Over the past two years, I estimate I’ve sat in Spiritual Direction with around 200 different people—different backgrounds, cultures, faiths, and stories. Each person uniquely themselves, yet something strikingly similar keeps showing up… a shared ache. A longing beneath the surface. A quiet yearning to stop performing and simply be real.

For those unfamiliar, Spiritual Direction is an intentionally vulnerable space of spiritual formation—an interpersonal experience of being seen and heard in the presence of another. These conversations are often quiet, slow, and tender—but they are anything but superficial. I’ve come to think of spiritual direction as a thin space for the soul.

What is a thin space? Theologians and mystics have used that phrase to describe moments when the veil between the ordinary and the holy feels unusually sheer—when we become suddenly aware of the sacred that’s been there all along. It’s when our senses awaken, and our consciousness tunes to a deeper presence—some would call it God’s presence. I find it helpful to call it Love.

Some find thin spaces in cathedrals, prayer, meditation, worship, or mountaintop views. I find them most often in shared silence, in a deeply felt story spoken aloud, in the long pause between choosing courage and confession. Yes, I encounter Love most often in the presence and truth-telling of another.

So, thin spaces aren’t just mystical mountaintop experiences—they’re also born in the sacred reality of relational presence. And that kind of deep presence often gets blocked—not by malice or intention—but by our tendency to engage relationships through performance rather than presence.

There have been times I’ve caught myself mid-conversation—whether with a friend or a directee—and realized the real me wasn’t actually there. I was pretending. Offering a curated version of myself: a safer, more certain, more acceptable version.

Performing, simply put, is the act of managing how we’re perceived. We shape our tone, posture, and stories to fit what we think someone else wants or needs. I suppose sometimes that’s necessary in life. But often, it’s just hiding. And when we do it habitually, it steals the possibility of thin space. And there’s no room for sacred presence when we’re busy trying to be impressive or invulnerable.

Our relationships often suffer more from who we pretend to be than from who we really are. Most of us don’t wake up intending to wear masks. But we do. We learn to perform—becoming what we think others expect: the competent leader, the smart thinker, the wise counselor, the fun friend, the kind person. These personas aren’t always false—but they’re rarely our whole selves. They insulate us. They make us look connected without letting us be connected. And the longer we lead with them, the harder it becomes to tell the difference between performance and real presence.

It seems that the older I get, the more I too ache for depth—for the kind of relational connection that isn’t managed or performative, but real. I find myself drawn to the intimacy of Love. But I’ve also learned that realness can feel risky. It doesn’t always fit the scripts we’ve inherited or the roles we’re expected to play.
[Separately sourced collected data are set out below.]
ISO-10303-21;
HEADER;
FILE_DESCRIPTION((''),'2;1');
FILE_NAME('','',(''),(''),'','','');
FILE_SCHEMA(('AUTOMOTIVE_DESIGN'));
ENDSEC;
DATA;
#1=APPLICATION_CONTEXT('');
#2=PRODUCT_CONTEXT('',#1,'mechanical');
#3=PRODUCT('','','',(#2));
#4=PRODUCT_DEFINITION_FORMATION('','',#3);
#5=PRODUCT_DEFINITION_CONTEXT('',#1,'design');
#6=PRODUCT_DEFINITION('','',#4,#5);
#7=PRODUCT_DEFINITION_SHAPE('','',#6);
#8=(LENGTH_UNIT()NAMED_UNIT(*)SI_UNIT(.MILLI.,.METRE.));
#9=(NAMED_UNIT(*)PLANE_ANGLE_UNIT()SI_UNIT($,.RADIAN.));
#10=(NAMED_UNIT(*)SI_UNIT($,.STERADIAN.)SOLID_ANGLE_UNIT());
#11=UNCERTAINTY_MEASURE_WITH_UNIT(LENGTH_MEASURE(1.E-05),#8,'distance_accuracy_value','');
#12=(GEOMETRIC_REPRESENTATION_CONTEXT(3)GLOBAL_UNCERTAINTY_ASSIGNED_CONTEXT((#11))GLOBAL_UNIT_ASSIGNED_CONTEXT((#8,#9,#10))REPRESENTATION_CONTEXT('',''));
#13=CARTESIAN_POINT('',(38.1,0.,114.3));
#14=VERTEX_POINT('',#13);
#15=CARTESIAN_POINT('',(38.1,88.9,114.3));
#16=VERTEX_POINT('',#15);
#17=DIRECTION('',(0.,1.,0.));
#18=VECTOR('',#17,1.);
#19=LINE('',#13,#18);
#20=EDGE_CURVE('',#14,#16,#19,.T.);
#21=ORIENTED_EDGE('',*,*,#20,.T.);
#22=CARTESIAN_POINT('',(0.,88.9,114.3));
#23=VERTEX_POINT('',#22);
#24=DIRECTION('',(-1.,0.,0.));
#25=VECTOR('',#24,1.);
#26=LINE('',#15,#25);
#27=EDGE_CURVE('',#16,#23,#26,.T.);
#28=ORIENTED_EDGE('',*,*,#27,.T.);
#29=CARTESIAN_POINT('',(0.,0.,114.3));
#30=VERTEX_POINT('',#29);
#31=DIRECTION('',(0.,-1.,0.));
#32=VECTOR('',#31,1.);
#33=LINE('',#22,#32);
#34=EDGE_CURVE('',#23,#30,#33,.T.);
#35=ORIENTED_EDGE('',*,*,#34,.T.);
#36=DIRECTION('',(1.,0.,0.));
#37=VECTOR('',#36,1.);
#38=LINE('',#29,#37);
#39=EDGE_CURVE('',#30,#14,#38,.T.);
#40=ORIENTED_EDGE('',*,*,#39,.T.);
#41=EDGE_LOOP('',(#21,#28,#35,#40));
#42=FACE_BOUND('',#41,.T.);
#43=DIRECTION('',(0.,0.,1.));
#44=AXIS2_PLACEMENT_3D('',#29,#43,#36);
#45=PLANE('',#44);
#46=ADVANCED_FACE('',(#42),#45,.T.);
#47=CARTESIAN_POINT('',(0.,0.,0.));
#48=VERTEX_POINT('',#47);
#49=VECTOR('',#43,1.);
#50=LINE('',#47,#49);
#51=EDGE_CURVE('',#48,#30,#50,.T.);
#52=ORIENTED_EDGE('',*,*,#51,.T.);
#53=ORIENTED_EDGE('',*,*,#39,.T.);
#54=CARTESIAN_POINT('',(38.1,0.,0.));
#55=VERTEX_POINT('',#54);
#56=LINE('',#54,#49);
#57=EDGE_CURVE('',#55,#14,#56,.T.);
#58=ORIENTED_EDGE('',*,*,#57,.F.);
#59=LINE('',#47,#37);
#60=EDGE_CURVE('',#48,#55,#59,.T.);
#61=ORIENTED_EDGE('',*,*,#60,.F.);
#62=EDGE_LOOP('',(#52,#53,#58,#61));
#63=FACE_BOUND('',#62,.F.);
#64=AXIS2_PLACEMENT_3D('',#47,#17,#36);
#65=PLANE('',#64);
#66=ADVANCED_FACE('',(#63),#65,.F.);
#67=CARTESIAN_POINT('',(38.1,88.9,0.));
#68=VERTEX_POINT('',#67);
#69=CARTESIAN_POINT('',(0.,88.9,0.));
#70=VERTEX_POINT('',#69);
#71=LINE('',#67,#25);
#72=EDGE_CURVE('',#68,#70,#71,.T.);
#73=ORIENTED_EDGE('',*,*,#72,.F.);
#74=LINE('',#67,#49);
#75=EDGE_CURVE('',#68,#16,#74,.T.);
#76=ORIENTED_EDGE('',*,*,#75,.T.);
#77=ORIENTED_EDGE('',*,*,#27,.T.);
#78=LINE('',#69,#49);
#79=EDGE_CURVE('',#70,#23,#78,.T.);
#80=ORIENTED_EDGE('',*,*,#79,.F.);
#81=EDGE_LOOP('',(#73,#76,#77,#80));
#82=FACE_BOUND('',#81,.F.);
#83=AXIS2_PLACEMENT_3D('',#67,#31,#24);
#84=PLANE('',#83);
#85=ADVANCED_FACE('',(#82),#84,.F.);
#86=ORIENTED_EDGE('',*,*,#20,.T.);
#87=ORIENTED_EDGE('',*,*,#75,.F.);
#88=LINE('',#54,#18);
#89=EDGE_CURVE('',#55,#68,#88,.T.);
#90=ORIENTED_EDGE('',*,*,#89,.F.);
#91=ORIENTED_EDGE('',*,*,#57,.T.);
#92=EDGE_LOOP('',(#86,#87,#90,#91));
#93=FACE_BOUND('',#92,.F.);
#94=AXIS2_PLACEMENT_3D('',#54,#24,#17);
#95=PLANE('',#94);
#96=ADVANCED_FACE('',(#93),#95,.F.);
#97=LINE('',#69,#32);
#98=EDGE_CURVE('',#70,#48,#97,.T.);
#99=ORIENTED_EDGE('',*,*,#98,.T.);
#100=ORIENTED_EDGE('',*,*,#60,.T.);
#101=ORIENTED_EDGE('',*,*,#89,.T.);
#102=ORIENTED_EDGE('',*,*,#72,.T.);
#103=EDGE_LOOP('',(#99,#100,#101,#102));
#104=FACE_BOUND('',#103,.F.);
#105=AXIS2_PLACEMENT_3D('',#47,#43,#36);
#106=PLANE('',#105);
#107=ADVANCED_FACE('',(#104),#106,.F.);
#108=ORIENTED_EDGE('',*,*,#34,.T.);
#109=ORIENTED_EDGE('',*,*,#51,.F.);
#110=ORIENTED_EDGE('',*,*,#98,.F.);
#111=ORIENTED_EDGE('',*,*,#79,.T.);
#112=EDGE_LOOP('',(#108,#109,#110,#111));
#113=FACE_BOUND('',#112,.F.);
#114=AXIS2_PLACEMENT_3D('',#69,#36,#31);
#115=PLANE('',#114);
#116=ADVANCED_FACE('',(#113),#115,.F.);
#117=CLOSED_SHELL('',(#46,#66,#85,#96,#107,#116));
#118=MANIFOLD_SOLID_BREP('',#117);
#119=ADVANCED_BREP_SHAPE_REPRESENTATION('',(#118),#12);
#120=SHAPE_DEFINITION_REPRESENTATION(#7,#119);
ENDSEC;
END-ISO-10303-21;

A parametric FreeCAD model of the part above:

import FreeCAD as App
import Part
import Sketcher

V = App.Vector
Q = App.Units.Quantity

doc = App.newDocument("Part")
params = doc.addObject("Spreadsheet::Sheet", "Params")
for row, (alias, value) in enumerate([
    ("sketch1_width", "1.5 in"),
    ("sketch1_height", "3.5 in"),
    ("pad1_length", "4.5 in"),
], start=1):
    params.set(f"A{row}", alias)
    params.set(f"B{row}", "=" + value)
    params.setAlias(f"B{row}", alias)

body = doc.addObject("PartDesign::Body", "Body")

sketch1 = doc.addObject("Sketcher::SketchObject", "Sketch")
body.addObject(sketch1)
sketch1.AttachmentSupport = (doc.XY_Plane, [""])
sketch1.MapMode = "FlatFace"
sketch1.addGeometry(Part.LineSegment(V(0, 89, 0), V(0, 0, 0)), False)
sketch1.addGeometry(Part.LineSegment(V(0, 0, 0), V(38, 0, 0)), False)
sketch1.addGeometry(Part.LineSegment(V(38, 0, 0), V(38, 89, 0)), False)
sketch1.addGeometry(Part.LineSegment(V(38, 89, 0), V(0, 89, 0)), False)
sketch1.addConstraint(Sketcher.Constraint("Coincident", 0, 2, 1, 1))
sketch1.addConstraint(Sketcher.Constraint("Coincident", 1, 2, 2, 1))
sketch1.addConstraint(Sketcher.Constraint("Coincident", 2, 2, 3, 1))
sketch1.addConstraint(Sketcher.Constraint("Coincident", 3, 2, 0, 1))
sketch1.addConstraint(Sketcher.Constraint("Vertical", 0))
sketch1.addConstraint(Sketcher.Constraint("Horizontal", 1))
sketch1.addConstraint(Sketcher.Constraint("Vertical", 2))
sketch1.addConstraint(Sketcher.Constraint("Horizontal", 3))
sketch1.addConstraint(Sketcher.Constraint("Coincident", 0, 2, -1, 1))
sketch1.addConstraint(Sketcher.Constraint("DistanceX", 1, 1, 1, 2, Q("1.5 in")))
sketch1.addConstraint(Sketcher.Constraint("DistanceY", 0, 2, 0, 1, Q("3.5 in")))
sketch1.setExpression("Constraints[9]", "Params.sketch1_width")
sketch1.setExpression("Constraints[10]", "Params.sketch1_height")
pad1 = doc.addObject("PartDesign::Pad", "Pad")
body.addObject(pad1)
pad1.Profile = sketch1
pad1.setExpression("Length", "Params.pad1_length")

doc.recompute()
I’ve noticed, in myself and others, how easily we drift into relational performance—how tempting it is to show up as the version we think others want. And occasionally, when I’ve tried to step out of that—when I’ve shown up more whole, more honest, less managed—it hasn’t always gone well. Sometimes, it’s actually strained relationships. Not because I intended harm, but because realness, even when spoken gently, can feel disruptive when it breaks the unspoken rules of performative relationships.

We often say we want authenticity, but it can be hard to hold. We promote vulnerability, but usually only the tidy kind. We confuse real presence with politeness, and treat honesty as something unsettling. And so we learn to hide, to shrink, or to stay surface-level—until we’re no longer known. Or worse, we start believing that showing up as our true selves isn’t welcome—or even safe.

Now, let me be clear… healthy relational boundaries are good. Necessary. But sometimes what we call boundaries are actually refusals and resistances. Refusals to tell the truth. Resistance to discomfort. Refusal and resistance to Love. And when that’s the case, they’re no longer about our health or wholeness…they’re about protecting our fears. Relational walls built from fear often masquerade as “boundaries”—but instead of protecting connection, they block it. What could have been thin place becomes a place of confusion and disconnection.

So what does it mean to risk realness—to show up heart-open, unmasked, and truth-told?

It means choosing to explore your actual being over managing your image.
Embracing silence long enough for truth to speak.
Not offering a right answer, but an honest response.
Receiving someone’s reality without rushing to fix or frame it.
Risking realness—not for shock value, but for the sake of showing up.
And trusting that thin places are holy spaces.

Thin spaces aren’t always comfortable, but they are always sacred. And they open when we forget about ourselves and stop trying to be impressive, good, or right—and instead dare to be real. They form when we refuse to posture and choose to be present.

So today, may you risk realness.
May you help create thin space—holy space—for others to do the same.